● Material shown:
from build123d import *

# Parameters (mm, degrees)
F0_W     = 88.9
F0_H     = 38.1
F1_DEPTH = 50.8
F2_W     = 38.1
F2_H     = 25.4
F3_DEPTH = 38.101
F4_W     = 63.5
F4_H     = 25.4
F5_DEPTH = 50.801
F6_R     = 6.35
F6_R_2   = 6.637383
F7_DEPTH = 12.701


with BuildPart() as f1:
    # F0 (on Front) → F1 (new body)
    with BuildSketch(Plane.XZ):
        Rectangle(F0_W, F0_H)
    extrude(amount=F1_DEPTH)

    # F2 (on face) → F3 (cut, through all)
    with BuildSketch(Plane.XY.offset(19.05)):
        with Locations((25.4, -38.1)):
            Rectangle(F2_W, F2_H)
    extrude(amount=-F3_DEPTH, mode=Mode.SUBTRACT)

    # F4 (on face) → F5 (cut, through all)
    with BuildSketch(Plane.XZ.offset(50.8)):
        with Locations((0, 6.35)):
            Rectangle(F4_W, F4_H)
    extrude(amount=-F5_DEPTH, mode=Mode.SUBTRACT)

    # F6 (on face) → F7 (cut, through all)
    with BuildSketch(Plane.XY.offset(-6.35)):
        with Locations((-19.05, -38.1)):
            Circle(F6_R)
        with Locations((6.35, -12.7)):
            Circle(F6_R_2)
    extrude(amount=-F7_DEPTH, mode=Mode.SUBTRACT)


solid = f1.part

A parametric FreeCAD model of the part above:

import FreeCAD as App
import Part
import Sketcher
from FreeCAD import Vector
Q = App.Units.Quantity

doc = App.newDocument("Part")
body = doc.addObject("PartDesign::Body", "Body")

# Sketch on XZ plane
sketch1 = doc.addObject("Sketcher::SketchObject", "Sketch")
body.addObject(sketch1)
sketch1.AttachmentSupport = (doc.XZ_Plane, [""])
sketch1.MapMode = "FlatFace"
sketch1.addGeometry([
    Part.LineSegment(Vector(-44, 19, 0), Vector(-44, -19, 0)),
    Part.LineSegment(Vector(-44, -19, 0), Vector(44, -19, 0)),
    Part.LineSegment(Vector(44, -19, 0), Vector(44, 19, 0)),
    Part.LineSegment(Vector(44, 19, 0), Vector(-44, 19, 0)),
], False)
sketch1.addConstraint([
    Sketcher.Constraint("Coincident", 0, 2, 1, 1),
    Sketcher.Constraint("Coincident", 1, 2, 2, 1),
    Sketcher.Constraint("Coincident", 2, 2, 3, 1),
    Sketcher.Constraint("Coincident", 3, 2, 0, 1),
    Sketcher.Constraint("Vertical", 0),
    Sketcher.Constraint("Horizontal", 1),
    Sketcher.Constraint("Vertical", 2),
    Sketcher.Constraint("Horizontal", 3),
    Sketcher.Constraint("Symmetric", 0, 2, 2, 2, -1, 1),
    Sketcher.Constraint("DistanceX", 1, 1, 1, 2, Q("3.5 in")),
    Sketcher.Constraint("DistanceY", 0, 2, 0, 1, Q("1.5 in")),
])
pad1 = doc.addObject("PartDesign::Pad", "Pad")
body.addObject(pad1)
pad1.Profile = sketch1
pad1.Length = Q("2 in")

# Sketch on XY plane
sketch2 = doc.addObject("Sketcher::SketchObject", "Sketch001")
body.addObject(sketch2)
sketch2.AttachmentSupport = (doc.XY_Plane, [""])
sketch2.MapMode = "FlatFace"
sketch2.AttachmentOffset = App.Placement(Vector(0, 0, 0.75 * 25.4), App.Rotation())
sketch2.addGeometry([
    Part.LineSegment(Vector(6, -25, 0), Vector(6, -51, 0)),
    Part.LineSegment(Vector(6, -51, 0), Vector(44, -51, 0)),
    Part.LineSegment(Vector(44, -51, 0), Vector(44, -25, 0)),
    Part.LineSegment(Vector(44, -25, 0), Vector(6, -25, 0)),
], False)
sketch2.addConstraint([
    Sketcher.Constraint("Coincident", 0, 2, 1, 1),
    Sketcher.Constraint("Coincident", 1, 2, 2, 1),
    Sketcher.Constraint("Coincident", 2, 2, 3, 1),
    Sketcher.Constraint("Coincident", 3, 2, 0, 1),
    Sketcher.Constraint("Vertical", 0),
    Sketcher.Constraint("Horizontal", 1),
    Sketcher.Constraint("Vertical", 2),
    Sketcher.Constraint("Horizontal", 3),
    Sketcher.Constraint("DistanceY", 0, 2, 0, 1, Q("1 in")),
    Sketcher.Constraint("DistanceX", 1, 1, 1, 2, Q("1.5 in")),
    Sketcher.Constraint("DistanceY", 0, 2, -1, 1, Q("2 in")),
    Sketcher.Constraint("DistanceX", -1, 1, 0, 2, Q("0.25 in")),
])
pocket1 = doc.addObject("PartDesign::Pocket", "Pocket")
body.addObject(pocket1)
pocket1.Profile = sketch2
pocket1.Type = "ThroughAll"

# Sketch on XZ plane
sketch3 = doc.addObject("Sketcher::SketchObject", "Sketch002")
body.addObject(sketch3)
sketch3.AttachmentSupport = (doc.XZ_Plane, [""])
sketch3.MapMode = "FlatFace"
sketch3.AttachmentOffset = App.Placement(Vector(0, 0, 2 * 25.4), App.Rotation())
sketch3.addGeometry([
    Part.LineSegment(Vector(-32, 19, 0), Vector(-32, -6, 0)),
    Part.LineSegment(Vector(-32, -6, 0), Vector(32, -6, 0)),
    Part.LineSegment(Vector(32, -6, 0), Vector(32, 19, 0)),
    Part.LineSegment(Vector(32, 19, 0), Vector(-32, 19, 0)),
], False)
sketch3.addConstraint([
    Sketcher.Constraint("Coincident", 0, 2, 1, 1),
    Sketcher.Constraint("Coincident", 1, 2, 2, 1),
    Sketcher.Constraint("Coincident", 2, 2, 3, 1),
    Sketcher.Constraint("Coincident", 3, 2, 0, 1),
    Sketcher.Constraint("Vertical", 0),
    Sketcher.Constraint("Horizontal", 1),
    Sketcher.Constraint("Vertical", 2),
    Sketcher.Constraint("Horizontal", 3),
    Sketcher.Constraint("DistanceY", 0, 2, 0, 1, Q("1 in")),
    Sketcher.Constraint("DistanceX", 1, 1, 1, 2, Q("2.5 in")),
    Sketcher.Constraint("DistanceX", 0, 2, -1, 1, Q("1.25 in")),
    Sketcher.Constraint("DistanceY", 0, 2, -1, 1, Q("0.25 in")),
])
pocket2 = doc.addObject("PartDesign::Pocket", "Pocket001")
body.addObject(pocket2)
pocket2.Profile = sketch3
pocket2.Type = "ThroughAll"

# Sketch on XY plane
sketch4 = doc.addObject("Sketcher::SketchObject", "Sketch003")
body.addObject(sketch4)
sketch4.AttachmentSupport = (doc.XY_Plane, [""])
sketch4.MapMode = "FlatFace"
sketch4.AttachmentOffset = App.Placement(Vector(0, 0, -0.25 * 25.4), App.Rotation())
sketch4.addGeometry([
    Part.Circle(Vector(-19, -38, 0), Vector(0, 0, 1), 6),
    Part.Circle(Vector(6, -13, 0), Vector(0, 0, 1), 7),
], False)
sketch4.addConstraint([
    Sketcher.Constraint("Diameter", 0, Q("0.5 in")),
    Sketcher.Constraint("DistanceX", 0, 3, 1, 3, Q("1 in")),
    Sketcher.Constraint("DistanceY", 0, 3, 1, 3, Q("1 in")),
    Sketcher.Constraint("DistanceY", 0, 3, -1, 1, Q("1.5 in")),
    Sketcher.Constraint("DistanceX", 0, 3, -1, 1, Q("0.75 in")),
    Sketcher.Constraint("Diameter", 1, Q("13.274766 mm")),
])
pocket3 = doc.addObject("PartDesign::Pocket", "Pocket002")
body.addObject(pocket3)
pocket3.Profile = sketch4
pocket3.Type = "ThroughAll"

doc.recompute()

...

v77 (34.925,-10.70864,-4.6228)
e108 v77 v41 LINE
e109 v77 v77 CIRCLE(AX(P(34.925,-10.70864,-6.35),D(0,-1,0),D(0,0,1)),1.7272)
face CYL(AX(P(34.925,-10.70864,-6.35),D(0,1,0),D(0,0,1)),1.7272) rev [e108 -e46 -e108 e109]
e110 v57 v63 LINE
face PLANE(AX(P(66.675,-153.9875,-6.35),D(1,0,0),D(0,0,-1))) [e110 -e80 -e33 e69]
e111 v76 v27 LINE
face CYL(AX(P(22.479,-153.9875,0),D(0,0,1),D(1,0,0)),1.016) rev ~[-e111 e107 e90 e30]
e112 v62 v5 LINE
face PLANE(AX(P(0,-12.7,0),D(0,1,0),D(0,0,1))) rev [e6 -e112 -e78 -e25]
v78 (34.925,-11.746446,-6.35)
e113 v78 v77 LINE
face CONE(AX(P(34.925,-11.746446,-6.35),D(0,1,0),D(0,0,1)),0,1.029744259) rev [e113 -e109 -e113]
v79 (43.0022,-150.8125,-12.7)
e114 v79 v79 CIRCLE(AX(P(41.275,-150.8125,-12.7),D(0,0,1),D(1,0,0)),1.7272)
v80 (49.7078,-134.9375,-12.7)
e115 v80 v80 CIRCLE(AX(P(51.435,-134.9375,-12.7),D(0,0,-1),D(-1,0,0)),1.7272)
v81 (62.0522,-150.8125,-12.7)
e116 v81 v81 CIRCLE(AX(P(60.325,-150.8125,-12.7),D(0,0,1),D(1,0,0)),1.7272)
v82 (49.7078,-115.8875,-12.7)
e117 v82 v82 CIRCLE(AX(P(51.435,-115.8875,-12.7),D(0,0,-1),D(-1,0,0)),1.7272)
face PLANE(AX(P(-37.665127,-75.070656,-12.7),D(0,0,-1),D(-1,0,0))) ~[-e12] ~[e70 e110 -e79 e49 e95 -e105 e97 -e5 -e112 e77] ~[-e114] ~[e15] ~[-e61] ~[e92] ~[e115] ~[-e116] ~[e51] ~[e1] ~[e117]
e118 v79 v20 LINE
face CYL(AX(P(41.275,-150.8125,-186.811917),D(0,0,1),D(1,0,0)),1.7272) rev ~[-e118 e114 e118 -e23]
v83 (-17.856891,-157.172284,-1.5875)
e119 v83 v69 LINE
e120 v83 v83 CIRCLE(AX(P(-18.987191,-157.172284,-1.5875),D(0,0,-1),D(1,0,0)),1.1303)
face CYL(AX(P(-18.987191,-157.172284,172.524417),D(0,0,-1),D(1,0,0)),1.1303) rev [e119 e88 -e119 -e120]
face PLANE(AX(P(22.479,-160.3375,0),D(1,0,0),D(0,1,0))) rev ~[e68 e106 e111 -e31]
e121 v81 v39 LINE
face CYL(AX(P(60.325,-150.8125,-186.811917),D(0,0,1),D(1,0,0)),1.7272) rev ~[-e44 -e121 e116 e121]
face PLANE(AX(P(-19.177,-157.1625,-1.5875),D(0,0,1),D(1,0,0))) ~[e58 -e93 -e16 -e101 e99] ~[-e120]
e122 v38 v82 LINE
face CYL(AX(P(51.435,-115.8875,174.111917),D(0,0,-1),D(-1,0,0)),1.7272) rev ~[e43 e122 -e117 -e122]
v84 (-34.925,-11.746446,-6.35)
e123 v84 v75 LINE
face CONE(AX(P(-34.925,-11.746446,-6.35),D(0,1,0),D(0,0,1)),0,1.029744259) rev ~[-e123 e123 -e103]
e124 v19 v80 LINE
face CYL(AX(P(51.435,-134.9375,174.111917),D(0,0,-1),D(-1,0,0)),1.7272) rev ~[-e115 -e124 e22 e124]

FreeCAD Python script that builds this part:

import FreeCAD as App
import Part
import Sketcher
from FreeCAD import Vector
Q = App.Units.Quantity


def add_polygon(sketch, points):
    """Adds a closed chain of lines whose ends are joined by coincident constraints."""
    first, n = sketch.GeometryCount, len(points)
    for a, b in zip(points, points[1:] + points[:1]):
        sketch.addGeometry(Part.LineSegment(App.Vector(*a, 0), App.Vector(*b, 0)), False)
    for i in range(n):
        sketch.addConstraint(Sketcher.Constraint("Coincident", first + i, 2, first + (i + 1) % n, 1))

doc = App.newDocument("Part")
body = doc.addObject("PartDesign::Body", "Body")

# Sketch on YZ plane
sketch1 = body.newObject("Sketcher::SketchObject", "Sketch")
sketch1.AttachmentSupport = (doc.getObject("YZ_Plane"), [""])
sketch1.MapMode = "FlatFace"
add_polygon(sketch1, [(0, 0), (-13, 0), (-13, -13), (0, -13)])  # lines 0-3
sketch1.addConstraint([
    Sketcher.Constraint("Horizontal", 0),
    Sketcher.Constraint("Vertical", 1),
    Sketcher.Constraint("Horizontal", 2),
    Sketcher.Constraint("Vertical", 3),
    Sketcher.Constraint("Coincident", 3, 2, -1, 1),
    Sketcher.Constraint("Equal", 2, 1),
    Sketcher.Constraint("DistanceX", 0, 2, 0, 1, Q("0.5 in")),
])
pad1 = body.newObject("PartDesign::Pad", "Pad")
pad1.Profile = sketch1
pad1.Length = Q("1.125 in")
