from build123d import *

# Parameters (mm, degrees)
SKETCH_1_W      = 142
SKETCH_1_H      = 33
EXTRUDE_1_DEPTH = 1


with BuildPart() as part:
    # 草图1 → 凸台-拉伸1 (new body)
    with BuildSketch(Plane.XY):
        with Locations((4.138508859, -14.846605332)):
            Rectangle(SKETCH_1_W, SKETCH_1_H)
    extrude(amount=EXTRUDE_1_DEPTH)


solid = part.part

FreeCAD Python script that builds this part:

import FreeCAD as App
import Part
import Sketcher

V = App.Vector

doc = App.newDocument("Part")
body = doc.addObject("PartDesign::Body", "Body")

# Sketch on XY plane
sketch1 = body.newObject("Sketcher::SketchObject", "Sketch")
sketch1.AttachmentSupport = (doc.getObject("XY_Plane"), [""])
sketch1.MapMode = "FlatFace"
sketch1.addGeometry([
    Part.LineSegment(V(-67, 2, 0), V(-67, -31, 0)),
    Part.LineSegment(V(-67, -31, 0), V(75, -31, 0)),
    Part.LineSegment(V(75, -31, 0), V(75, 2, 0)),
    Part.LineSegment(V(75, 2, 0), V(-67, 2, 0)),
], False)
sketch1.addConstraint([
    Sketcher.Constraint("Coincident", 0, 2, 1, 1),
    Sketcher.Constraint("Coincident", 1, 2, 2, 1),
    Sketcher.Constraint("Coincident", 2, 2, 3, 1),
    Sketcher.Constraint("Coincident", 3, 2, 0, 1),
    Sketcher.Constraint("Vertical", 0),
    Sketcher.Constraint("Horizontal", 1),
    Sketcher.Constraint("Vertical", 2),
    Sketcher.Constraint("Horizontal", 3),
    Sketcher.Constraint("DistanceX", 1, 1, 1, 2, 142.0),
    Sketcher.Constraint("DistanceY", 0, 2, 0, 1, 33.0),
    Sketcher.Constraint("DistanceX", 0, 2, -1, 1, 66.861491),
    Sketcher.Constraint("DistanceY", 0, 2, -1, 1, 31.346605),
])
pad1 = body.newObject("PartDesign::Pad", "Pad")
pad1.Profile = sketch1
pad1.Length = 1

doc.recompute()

* * *

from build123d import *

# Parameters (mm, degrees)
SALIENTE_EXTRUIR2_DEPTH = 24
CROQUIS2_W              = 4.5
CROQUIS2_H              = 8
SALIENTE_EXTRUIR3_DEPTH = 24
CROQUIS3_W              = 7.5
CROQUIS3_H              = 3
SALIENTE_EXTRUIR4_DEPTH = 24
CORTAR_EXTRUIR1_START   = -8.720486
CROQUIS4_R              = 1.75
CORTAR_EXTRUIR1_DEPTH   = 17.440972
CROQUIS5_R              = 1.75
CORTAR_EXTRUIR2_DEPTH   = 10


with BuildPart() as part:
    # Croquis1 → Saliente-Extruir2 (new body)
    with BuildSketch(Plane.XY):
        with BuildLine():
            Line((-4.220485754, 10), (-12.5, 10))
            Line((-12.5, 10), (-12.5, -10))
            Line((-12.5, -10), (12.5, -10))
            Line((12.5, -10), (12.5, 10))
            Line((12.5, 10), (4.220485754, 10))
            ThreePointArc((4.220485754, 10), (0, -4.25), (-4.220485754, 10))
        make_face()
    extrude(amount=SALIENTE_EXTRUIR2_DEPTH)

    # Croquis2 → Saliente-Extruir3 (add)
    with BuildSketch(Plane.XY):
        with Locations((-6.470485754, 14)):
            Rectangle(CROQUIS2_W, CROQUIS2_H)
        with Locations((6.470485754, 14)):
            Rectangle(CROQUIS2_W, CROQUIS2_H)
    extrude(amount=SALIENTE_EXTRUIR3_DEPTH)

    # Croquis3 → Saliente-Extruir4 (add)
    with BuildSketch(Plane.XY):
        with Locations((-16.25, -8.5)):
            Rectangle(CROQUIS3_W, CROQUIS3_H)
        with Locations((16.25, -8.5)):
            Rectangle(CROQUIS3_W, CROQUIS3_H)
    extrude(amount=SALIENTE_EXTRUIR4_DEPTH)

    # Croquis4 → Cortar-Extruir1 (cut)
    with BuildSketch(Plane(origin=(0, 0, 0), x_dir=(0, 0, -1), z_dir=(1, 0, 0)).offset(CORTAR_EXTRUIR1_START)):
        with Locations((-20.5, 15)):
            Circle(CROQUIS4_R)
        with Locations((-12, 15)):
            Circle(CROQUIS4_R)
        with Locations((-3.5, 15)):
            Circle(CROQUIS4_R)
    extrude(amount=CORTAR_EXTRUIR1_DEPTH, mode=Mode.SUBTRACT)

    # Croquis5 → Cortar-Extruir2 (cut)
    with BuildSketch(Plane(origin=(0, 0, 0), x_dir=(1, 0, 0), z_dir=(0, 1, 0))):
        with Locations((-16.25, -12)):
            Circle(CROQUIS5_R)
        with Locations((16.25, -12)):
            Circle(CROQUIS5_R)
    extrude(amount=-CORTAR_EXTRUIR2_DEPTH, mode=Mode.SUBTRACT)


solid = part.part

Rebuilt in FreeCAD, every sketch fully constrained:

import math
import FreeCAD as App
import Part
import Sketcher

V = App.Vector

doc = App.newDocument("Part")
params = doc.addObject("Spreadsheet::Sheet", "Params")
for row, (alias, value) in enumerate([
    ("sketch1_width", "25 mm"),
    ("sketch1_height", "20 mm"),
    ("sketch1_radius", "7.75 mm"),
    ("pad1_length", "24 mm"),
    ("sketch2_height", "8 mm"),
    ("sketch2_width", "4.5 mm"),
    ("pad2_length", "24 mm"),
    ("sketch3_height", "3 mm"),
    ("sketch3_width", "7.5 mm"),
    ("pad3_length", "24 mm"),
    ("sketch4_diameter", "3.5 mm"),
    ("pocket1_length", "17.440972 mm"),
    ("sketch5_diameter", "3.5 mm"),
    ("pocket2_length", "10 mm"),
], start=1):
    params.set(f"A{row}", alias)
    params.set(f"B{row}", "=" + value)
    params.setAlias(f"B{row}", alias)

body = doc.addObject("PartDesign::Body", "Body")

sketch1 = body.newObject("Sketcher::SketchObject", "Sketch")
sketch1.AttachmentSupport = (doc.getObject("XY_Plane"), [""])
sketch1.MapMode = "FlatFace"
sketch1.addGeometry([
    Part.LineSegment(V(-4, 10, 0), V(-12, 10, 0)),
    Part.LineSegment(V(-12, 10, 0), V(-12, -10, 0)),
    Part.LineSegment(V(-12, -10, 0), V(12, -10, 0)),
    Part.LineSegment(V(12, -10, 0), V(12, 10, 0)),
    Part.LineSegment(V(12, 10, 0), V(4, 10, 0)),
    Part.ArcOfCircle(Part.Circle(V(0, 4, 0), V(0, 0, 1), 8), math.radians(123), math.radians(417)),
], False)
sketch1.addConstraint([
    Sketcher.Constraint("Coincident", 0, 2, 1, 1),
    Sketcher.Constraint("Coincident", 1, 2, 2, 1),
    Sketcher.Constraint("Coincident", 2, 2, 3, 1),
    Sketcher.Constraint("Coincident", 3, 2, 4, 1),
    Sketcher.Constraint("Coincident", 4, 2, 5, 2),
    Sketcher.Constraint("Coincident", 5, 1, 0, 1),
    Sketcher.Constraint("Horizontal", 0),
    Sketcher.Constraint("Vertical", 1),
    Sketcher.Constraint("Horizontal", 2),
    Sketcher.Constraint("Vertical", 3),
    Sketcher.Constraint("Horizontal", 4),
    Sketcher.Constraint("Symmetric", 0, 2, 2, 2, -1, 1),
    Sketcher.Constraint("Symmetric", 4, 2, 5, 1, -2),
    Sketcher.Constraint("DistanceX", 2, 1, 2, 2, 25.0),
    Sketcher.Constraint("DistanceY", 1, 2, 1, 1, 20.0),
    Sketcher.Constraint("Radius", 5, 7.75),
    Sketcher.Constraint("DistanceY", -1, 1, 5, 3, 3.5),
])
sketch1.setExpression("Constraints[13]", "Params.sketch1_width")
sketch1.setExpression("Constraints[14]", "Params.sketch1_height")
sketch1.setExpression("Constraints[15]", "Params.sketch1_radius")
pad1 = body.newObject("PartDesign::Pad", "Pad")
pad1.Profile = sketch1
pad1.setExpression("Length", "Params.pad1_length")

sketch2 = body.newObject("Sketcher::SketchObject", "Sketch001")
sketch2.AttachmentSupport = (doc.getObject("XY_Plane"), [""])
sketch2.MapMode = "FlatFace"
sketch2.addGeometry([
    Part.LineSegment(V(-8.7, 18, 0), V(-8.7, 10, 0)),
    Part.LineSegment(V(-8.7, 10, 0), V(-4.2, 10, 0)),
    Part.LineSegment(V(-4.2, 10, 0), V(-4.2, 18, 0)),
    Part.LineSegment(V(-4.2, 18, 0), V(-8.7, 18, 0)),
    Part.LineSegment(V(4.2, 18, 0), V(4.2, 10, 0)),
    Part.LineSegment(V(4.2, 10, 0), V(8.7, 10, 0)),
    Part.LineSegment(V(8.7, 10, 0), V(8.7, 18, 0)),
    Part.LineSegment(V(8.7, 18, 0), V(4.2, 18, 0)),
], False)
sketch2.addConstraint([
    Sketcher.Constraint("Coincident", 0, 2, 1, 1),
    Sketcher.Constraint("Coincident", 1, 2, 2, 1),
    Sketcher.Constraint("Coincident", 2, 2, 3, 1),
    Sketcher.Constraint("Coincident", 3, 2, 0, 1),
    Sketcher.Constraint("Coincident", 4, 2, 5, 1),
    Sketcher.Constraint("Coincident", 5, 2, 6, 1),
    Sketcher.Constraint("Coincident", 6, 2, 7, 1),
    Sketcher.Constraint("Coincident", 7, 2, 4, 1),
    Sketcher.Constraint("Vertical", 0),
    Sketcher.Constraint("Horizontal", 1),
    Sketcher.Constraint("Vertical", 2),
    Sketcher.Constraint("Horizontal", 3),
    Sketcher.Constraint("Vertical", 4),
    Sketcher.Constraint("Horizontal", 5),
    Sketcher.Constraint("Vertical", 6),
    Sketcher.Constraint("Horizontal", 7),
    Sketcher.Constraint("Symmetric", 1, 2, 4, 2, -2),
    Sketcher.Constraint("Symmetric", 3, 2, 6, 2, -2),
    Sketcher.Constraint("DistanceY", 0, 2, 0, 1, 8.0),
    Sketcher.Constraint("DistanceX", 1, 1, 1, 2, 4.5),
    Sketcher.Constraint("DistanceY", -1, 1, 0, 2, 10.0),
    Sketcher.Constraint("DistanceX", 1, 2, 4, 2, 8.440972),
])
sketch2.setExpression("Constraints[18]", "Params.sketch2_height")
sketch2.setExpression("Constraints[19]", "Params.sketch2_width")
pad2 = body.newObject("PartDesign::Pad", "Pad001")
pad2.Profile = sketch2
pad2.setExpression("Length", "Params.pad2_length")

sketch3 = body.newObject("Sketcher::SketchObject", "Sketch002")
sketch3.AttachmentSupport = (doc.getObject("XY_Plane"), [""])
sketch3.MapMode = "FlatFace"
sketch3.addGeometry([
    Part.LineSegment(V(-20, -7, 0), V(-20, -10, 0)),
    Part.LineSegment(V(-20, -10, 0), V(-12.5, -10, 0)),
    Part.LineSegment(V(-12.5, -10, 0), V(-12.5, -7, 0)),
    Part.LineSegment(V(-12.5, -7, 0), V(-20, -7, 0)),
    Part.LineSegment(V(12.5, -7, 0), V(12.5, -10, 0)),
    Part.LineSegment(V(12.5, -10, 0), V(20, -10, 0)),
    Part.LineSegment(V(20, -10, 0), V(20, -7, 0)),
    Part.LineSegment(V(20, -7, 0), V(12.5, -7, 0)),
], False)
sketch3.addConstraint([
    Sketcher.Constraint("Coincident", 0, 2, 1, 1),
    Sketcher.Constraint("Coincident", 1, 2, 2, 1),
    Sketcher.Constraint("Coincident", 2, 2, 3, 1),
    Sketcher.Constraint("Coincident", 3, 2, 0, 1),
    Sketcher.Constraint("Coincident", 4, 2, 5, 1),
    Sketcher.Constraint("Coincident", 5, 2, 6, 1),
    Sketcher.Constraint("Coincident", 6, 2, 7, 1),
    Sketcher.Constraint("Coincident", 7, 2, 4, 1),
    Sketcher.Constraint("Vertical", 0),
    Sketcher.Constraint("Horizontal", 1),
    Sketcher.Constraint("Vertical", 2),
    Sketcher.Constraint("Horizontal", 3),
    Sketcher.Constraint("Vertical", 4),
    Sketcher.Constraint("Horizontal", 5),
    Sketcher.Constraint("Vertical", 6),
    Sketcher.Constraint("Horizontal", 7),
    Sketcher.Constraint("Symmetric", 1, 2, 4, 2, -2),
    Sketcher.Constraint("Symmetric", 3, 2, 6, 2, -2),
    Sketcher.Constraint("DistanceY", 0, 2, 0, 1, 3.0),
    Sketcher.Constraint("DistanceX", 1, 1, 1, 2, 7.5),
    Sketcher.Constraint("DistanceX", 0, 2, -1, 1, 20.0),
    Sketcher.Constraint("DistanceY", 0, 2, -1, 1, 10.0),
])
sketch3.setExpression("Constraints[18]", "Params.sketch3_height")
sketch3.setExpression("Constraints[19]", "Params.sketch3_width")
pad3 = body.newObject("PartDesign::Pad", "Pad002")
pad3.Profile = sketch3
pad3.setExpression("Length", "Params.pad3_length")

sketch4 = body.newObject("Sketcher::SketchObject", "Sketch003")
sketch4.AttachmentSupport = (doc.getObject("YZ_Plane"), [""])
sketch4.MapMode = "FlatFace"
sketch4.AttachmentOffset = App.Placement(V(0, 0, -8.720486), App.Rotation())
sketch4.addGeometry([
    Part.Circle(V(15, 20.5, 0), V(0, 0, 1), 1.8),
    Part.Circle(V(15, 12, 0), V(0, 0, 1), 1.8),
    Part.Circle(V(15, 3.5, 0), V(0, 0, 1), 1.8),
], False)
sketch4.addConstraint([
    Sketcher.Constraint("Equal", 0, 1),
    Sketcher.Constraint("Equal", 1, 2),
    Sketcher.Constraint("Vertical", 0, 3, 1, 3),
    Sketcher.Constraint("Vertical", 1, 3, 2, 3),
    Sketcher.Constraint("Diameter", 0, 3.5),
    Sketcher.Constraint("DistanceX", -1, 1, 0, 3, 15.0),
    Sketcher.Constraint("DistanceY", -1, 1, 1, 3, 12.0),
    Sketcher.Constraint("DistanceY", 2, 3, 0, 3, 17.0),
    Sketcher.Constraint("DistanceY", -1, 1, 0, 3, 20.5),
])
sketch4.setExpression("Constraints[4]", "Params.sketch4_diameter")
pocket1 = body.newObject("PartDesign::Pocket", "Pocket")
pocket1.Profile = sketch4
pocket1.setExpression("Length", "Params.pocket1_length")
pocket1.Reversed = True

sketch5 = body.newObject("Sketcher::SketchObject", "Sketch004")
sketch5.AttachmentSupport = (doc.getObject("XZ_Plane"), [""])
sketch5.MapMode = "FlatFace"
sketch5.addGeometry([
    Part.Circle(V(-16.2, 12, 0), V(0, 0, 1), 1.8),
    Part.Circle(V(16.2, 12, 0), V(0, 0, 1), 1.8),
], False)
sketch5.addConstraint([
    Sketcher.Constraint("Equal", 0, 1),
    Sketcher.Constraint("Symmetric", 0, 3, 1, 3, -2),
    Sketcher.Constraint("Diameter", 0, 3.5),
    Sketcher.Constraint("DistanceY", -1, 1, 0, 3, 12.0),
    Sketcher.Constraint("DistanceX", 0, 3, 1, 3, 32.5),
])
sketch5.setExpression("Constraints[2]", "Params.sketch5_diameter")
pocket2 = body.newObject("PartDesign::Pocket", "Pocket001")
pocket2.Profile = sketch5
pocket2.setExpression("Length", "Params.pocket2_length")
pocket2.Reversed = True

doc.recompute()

● What you will do:
Return only the part of the records above that opens with the line containing "Circle(F6_R)" and closes with the line containing "A parametric FreeCAD", ends included.

● Your response:
            Circle(F6_R)
        with Locations((6.35, -12.7)):
            Circle(F6_R_2)
    extrude(amount=-F7_DEPTH, mode=Mode.SUBTRACT)


solid = f1.part

A parametric FreeCAD model of the part above:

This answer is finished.